I use www.internaxx.lu to buy shares. I bought shares in bank of ireland a while back, the shares were the ones listed on the London Stock Exchange since the ISEQ is not directly available using Internaxx.

When BOI pay dividends, I presume I can expect to see the dividend paid into my account with Internaxx directly? Can anyone who uses Internaxx confirm this?

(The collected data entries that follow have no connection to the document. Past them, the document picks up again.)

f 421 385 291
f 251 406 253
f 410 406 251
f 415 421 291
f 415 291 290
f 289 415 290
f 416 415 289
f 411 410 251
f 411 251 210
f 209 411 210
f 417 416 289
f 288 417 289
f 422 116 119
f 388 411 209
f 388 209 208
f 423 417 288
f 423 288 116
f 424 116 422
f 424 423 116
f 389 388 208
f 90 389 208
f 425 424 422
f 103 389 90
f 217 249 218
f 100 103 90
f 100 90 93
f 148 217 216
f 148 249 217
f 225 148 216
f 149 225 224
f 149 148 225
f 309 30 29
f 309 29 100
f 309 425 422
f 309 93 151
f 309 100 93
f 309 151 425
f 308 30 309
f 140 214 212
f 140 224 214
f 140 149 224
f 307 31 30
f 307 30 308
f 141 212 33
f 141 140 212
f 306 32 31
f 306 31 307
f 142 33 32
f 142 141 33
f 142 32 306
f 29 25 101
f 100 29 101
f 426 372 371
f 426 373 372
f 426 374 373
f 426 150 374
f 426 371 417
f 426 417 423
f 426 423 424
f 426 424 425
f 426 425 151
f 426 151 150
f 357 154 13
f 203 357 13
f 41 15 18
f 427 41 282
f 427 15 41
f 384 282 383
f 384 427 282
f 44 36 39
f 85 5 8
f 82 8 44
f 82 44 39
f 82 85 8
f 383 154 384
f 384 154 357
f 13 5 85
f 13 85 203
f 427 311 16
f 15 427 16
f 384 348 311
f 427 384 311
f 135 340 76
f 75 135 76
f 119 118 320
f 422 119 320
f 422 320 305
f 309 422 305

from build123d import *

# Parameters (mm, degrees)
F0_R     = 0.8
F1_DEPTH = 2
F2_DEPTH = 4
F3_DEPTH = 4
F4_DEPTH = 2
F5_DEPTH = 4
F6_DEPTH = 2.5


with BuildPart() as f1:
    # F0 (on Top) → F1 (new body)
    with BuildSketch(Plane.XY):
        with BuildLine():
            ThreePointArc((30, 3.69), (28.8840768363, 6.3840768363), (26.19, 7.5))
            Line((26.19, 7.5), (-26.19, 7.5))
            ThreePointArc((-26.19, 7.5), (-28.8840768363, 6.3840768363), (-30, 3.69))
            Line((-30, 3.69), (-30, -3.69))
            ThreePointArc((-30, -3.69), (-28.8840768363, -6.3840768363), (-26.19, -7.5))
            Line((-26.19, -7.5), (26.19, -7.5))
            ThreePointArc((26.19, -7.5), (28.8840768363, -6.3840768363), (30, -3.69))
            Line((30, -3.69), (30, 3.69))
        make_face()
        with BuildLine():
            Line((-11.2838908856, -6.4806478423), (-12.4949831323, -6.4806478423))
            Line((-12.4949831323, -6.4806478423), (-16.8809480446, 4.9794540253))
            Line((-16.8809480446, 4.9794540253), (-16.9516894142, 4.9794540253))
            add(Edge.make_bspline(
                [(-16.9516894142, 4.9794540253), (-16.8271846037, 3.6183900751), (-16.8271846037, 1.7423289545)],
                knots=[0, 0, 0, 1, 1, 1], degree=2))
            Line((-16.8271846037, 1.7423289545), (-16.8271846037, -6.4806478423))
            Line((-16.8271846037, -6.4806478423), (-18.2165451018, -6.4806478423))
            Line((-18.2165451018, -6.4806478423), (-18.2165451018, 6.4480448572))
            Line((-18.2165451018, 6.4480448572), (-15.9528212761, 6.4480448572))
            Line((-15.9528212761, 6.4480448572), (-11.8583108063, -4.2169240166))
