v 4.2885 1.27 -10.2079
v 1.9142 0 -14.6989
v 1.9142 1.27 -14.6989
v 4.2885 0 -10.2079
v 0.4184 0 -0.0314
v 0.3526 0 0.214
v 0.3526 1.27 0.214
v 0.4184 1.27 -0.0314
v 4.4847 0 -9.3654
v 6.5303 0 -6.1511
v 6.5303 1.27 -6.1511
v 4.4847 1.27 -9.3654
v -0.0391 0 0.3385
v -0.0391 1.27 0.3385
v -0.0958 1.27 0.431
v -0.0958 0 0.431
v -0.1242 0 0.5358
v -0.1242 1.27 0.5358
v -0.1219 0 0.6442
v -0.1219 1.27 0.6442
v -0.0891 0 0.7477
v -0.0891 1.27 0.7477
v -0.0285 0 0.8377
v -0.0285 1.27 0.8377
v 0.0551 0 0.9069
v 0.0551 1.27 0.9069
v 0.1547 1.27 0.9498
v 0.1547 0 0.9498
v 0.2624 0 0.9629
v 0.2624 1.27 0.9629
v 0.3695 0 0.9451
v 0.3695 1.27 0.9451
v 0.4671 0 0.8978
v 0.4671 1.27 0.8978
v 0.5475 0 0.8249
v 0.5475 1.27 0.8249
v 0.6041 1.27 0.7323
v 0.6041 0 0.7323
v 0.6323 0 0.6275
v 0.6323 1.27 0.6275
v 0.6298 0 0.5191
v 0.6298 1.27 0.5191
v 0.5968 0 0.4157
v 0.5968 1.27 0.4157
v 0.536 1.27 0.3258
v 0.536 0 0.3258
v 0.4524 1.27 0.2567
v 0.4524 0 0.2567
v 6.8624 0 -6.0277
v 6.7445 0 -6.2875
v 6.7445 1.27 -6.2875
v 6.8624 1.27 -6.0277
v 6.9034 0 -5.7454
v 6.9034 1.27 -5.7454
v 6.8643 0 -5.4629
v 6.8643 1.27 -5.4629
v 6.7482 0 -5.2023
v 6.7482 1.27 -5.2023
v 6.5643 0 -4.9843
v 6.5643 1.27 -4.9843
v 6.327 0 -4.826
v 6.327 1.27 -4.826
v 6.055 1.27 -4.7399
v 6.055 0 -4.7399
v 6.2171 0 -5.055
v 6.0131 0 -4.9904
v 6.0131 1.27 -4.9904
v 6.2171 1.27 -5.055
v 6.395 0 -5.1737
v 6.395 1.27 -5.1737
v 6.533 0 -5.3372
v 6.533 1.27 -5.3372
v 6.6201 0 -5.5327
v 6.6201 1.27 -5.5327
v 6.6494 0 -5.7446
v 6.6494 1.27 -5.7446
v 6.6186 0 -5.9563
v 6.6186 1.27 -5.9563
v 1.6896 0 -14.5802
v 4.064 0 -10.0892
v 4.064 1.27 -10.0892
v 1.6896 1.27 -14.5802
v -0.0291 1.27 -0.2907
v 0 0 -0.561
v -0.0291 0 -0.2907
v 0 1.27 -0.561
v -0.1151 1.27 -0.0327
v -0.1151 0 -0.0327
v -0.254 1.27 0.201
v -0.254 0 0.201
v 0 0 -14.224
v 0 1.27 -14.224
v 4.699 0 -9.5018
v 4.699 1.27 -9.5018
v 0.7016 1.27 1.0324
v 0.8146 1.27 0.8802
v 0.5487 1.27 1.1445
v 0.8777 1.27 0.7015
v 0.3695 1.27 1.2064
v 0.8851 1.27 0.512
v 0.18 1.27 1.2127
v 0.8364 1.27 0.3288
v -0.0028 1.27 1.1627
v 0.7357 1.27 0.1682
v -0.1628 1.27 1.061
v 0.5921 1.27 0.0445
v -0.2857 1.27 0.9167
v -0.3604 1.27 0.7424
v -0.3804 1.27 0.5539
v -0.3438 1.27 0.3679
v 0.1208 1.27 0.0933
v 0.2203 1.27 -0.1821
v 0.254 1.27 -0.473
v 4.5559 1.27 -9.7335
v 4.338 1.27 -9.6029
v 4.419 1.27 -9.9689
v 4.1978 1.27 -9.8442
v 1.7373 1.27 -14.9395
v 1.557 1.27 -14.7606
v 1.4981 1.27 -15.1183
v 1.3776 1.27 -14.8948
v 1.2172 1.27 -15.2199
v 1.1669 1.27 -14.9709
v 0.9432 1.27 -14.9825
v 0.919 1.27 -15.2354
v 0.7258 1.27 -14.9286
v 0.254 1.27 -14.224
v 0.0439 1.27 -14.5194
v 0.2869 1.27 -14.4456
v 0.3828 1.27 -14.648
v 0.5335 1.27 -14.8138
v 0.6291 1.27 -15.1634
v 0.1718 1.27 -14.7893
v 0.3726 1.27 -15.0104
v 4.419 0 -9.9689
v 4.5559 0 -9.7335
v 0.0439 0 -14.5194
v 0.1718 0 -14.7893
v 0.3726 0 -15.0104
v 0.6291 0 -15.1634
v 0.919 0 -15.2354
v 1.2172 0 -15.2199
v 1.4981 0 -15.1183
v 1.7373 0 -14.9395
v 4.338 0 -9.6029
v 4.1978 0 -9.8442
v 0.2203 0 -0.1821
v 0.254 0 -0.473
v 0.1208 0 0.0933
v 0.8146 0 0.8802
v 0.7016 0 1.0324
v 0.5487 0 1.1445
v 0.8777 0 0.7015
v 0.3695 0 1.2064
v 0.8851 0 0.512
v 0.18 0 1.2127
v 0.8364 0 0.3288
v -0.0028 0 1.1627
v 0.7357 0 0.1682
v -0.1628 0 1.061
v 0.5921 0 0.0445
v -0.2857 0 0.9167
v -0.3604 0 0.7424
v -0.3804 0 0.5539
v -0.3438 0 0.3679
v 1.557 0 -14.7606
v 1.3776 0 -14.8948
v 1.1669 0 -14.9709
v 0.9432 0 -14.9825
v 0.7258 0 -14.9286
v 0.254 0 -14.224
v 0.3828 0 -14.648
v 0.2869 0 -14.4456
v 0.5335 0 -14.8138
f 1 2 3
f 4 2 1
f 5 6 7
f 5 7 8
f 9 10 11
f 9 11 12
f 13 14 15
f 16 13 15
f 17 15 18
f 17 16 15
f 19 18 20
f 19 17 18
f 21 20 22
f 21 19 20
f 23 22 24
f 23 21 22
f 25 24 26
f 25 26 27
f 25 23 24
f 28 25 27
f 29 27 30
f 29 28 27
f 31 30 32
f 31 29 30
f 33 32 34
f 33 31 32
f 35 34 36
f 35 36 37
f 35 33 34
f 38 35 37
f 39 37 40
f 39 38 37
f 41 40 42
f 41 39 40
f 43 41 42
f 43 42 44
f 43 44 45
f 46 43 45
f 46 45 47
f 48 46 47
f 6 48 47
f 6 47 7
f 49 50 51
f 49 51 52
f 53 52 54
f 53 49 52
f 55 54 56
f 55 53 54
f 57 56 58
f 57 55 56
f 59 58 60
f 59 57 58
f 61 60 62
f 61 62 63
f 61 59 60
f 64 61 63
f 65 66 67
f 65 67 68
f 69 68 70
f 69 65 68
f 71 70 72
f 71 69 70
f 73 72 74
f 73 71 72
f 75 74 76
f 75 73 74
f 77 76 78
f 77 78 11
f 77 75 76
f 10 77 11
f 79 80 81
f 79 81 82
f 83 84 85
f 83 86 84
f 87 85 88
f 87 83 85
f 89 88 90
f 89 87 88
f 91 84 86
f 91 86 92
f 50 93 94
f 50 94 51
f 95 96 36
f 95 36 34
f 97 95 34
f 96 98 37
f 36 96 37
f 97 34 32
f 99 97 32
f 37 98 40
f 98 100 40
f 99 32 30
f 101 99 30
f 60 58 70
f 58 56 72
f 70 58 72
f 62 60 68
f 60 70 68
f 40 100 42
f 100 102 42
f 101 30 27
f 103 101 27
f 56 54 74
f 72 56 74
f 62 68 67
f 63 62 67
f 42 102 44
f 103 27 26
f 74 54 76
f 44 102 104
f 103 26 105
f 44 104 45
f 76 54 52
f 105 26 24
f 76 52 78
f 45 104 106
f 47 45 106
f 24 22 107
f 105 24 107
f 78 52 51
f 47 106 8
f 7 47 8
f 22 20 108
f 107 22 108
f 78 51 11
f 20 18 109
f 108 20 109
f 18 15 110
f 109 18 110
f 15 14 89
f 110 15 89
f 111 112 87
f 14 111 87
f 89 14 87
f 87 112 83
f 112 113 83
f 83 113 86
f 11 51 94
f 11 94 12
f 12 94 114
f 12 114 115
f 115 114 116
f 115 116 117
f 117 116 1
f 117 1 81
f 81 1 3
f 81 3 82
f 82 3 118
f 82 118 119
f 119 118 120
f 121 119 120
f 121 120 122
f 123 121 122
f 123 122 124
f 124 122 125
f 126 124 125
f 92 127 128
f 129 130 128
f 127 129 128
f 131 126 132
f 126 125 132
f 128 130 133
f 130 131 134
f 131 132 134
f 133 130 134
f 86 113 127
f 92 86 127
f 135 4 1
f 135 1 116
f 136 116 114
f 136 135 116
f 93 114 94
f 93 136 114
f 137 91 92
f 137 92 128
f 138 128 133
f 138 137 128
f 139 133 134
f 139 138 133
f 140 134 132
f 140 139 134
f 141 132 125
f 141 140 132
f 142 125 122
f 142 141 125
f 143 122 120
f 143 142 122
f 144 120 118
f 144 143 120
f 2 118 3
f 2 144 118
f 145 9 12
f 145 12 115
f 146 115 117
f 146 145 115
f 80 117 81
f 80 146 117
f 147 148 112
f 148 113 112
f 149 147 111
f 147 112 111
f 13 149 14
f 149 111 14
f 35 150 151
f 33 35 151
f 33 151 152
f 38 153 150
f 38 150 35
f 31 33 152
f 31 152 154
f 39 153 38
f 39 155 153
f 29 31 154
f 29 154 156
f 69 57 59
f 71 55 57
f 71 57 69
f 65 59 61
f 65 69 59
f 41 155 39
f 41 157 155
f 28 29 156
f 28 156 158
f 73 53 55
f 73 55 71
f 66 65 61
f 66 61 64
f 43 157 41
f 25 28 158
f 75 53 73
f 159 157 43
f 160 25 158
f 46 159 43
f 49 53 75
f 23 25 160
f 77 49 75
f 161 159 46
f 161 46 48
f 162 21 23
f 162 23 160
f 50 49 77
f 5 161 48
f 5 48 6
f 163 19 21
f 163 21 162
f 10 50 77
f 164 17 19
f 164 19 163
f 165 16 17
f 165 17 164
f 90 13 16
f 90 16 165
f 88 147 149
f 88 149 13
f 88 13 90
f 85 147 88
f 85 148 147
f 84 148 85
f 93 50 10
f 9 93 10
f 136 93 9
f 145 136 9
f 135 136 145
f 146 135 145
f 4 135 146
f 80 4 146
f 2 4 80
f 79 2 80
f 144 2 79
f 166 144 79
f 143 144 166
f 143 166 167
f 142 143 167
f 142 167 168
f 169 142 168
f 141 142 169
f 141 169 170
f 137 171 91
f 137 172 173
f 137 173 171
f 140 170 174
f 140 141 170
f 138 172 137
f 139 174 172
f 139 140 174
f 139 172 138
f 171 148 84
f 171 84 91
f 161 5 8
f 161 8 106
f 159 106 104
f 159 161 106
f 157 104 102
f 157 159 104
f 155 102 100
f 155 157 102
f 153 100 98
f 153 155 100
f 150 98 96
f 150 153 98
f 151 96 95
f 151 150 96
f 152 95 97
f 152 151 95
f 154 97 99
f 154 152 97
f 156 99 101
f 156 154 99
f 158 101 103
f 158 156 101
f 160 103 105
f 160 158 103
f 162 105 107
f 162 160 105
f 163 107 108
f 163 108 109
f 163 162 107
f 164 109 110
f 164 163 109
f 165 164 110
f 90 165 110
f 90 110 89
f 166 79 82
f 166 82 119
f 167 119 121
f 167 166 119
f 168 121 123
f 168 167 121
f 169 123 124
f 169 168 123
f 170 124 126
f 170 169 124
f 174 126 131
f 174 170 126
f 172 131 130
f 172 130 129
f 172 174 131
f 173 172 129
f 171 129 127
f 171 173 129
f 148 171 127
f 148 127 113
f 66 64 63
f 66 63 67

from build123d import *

# Parameters (mm, degrees)
BOSS_EXTRUDE1_DEPTH = 1.27
FILLET1_R           = 1.27


with BuildPart() as part:
    # Sketch1 → Boss-Extrude1 (new body)
    with BuildSketch(Plane(origin=(0, 0, 0), x_dir=(1, 0, 0), z_dir=(0, 1, 0))):
        with BuildLine():
            Line((0, 0), (0, 14.224))
            ThreePointArc((0, 14.224), (0.77136744, 15.210108975), (1.914194705, 14.698870794))
            Line((1.914194705, 14.698870794), (4.288548676, 10.207897267))
            ThreePointArc((4.288548676, 10.207897267), (4.486671136, 9.850723748), (4.698989351, 9.501801969))
            Line((4.698989351, 9.501801969), (6.744540566, 6.287487077))
            ThreePointArc((6.744540566, 6.287487077), (6.815438139, 5.328506429), (6.055012218, 4.739929527))
            Line((6.055012218, 4.739929527), (6.013106646, 4.990448833))
            ThreePointArc((6.013106646, 4.990448833), (6.583426086, 5.43188151), (6.530252906, 6.151116996))
            Line((6.530252906, 6.151116996), (4.484701691, 9.365431888))
            ThreePointArc((4.484701691, 9.365431888), (4.267075521, 9.723076711), (4.064, 10.089179569))
            Line((4.064, 10.089179569), (1.689646029, 14.580153096))
            ThreePointArc((1.689646029, 14.580153096), (0.83252558, 14.963581731), (0.254, 14.224))
            Line((0.254, 14.224), (0.254, -0.200987113))
            ThreePointArc((0.254, -0.200987113), (0.204269521, -0.959727605), (0.352610056, -0.213969373))
            Line((0.352610056, -0.213969373), (0.418350094, 0.031375786))
            ThreePointArc((0.418350094, 0.031375786), (0.301490909, -1.215208728), (0, 0))
        make_face()
    extrude(amount=BOSS_EXTRUDE1_DEPTH)

    # Fillet1
    fillet1_edges = [part.edges().sort_by_distance(p)[0] for p in [
        (0.254, 0.635, 0.200987113),
        (0, 0.635, 0),
    ]]
    fillet(fillet1_edges, radius=FILLET1_R)


solid = part.part
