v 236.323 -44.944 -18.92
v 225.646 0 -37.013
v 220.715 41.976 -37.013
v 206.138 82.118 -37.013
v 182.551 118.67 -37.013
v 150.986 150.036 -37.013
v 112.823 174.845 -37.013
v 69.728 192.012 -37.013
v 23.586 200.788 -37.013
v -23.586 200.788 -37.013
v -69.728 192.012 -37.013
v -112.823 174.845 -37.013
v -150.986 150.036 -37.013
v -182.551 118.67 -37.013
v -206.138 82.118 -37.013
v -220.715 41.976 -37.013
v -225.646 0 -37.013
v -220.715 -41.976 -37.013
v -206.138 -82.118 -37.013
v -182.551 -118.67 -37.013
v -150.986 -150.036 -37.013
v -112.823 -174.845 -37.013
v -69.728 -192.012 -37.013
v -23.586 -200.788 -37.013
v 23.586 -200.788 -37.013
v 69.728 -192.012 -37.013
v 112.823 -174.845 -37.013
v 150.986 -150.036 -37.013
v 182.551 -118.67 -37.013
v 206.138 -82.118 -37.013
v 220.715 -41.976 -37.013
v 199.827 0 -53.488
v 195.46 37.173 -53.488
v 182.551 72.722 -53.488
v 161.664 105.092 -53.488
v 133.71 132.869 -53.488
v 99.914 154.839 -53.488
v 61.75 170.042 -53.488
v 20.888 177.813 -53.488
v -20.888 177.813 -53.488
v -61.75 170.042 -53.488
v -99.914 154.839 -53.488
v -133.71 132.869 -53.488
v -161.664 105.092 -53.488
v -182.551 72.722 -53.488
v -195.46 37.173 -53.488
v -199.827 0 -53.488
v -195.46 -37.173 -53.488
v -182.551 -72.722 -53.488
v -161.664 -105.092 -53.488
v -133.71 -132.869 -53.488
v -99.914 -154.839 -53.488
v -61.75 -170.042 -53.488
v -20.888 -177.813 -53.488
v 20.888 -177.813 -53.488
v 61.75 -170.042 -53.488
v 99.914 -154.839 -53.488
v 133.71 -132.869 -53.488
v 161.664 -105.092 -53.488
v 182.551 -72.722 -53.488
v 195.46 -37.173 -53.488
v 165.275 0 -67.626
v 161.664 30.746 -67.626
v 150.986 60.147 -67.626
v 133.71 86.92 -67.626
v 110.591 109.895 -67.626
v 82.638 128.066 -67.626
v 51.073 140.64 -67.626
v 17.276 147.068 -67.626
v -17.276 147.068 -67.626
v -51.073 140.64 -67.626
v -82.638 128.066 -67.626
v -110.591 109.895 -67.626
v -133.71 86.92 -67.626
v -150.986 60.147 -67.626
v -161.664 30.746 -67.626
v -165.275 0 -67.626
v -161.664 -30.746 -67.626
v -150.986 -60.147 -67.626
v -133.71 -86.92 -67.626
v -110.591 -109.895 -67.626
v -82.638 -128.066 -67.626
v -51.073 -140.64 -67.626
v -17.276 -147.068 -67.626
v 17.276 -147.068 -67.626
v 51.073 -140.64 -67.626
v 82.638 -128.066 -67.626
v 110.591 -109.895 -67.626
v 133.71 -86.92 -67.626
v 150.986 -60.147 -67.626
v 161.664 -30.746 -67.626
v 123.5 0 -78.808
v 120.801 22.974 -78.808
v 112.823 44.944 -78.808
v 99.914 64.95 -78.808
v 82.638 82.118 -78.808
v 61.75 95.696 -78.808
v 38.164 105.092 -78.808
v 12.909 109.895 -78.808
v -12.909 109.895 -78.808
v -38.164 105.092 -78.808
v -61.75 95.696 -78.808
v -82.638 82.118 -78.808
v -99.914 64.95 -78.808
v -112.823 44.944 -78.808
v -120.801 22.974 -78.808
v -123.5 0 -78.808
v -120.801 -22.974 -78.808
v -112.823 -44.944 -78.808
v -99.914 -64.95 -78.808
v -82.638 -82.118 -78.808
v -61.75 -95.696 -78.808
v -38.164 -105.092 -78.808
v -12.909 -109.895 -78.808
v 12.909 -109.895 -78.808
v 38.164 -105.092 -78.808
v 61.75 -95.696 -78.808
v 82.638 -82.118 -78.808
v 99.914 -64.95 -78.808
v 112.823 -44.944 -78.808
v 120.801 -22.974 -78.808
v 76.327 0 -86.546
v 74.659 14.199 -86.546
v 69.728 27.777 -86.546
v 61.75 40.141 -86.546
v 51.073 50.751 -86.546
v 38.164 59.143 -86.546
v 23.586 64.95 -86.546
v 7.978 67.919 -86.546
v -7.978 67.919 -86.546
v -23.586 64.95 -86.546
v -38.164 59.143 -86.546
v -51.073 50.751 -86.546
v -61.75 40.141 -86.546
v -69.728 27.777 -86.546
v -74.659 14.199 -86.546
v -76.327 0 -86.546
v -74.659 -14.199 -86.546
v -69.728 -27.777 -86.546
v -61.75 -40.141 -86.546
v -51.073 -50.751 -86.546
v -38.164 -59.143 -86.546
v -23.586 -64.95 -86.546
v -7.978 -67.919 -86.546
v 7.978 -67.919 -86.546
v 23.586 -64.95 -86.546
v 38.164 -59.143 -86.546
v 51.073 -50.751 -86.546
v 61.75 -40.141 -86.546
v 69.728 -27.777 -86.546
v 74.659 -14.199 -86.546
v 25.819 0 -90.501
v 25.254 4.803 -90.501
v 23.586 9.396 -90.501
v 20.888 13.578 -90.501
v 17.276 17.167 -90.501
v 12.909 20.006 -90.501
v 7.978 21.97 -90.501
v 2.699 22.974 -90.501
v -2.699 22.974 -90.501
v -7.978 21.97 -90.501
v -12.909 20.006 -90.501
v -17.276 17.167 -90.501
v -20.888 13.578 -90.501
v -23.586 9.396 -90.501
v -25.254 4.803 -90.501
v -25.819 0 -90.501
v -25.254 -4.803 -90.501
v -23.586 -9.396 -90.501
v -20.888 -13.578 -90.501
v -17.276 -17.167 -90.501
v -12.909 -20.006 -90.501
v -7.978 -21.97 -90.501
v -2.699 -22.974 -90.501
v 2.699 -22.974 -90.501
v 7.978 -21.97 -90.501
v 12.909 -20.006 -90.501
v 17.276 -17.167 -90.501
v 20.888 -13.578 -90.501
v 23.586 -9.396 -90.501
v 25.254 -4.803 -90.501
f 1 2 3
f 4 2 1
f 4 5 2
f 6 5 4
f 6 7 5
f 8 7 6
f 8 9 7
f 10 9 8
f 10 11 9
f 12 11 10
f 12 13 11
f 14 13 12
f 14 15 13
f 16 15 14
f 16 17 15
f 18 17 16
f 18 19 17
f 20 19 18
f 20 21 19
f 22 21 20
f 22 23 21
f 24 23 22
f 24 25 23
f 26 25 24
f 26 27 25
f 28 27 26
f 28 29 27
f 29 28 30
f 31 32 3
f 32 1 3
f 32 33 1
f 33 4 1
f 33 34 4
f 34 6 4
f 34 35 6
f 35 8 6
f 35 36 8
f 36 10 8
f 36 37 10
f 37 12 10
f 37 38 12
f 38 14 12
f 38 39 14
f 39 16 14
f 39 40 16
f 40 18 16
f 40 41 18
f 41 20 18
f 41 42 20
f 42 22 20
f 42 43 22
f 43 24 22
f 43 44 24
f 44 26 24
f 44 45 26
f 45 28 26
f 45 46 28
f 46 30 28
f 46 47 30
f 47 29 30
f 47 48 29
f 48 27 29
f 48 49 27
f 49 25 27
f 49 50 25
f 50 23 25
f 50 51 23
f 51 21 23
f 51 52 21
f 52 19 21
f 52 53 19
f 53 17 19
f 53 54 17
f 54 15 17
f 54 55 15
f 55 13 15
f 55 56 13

Also, woukd it be possible to contact BOI and ask them to re-invest all dividends into buying shares in BOI instead of taking the cash?

thanks.


----------



## ClubMan (4 Jan 2008)

How are the shares held? If you hold them in certificate form then the dividends and shareholder notices (e.g. of general meetings) should come directly to you. If they are held in a personal _CREST _or nominee account then you may need to contact the broker about them.


----------



## south_dub (4 Jan 2008)

They are held in the nominee account, my nominee account with Internaxx.


----------



## ClubMan (4 Jan 2008)

If there is no facility with this account to see cash dividends lodged then you probably have to chase the broker for the dividends or to find out what happens to them. Remember that dividends are assessable for income tax with a credit available for any dividend witholding tax deducted at source by the paying company. This applies even if the dividends are reinvested in further shares.


----------



## Labguy (6 Jan 2008)

ClubMan said:


> If there is no facility with this account to see cash dividends lodged then you probably have to chase the broker for the dividends or to find out what happens to them. Remember that dividends are assessable for income tax with a credit available for any dividend witholding tax deducted at source by the paying company. This applies even if the dividends are reinvested in further shares.



Hi Clubman,

Does that withoholding tax aplly to all jurisdictions?  I.E. If I buy a share in Germany - does the German company withold the German witholding tax , etc?
Even though I'm resident here


----------



## ClubMan (6 Jan 2008)

Sorry - I don't know. However I suspect that, for example, non _Irish _recipients of _Irish_ company dividends may receive them net of 20% _DWT _which they can either get a credit for against their local taxes or else claim back if they are otherwise exempt from tax on such dividends.


----------



## Iceman732 (6 Jan 2008)

ClubMan said:


> Sorry - I don't know. However I suspect that, for example, non _Irish _recipients of _Irish_ company dividends may receive them net of 20% _DWT _which they can either get a credit for against their local taxes or else claim back if they are otherwise exempt from tax on such dividends.



While not entirely certain if DWT but I tend to agree with Clubman. I know from experience that the above is certainly the case with share on FTSE. 

In relation to the first question. Depending on when the shares are bought they can sometimes be ex-dividend. Perhaps this is what happened in your case...?


----------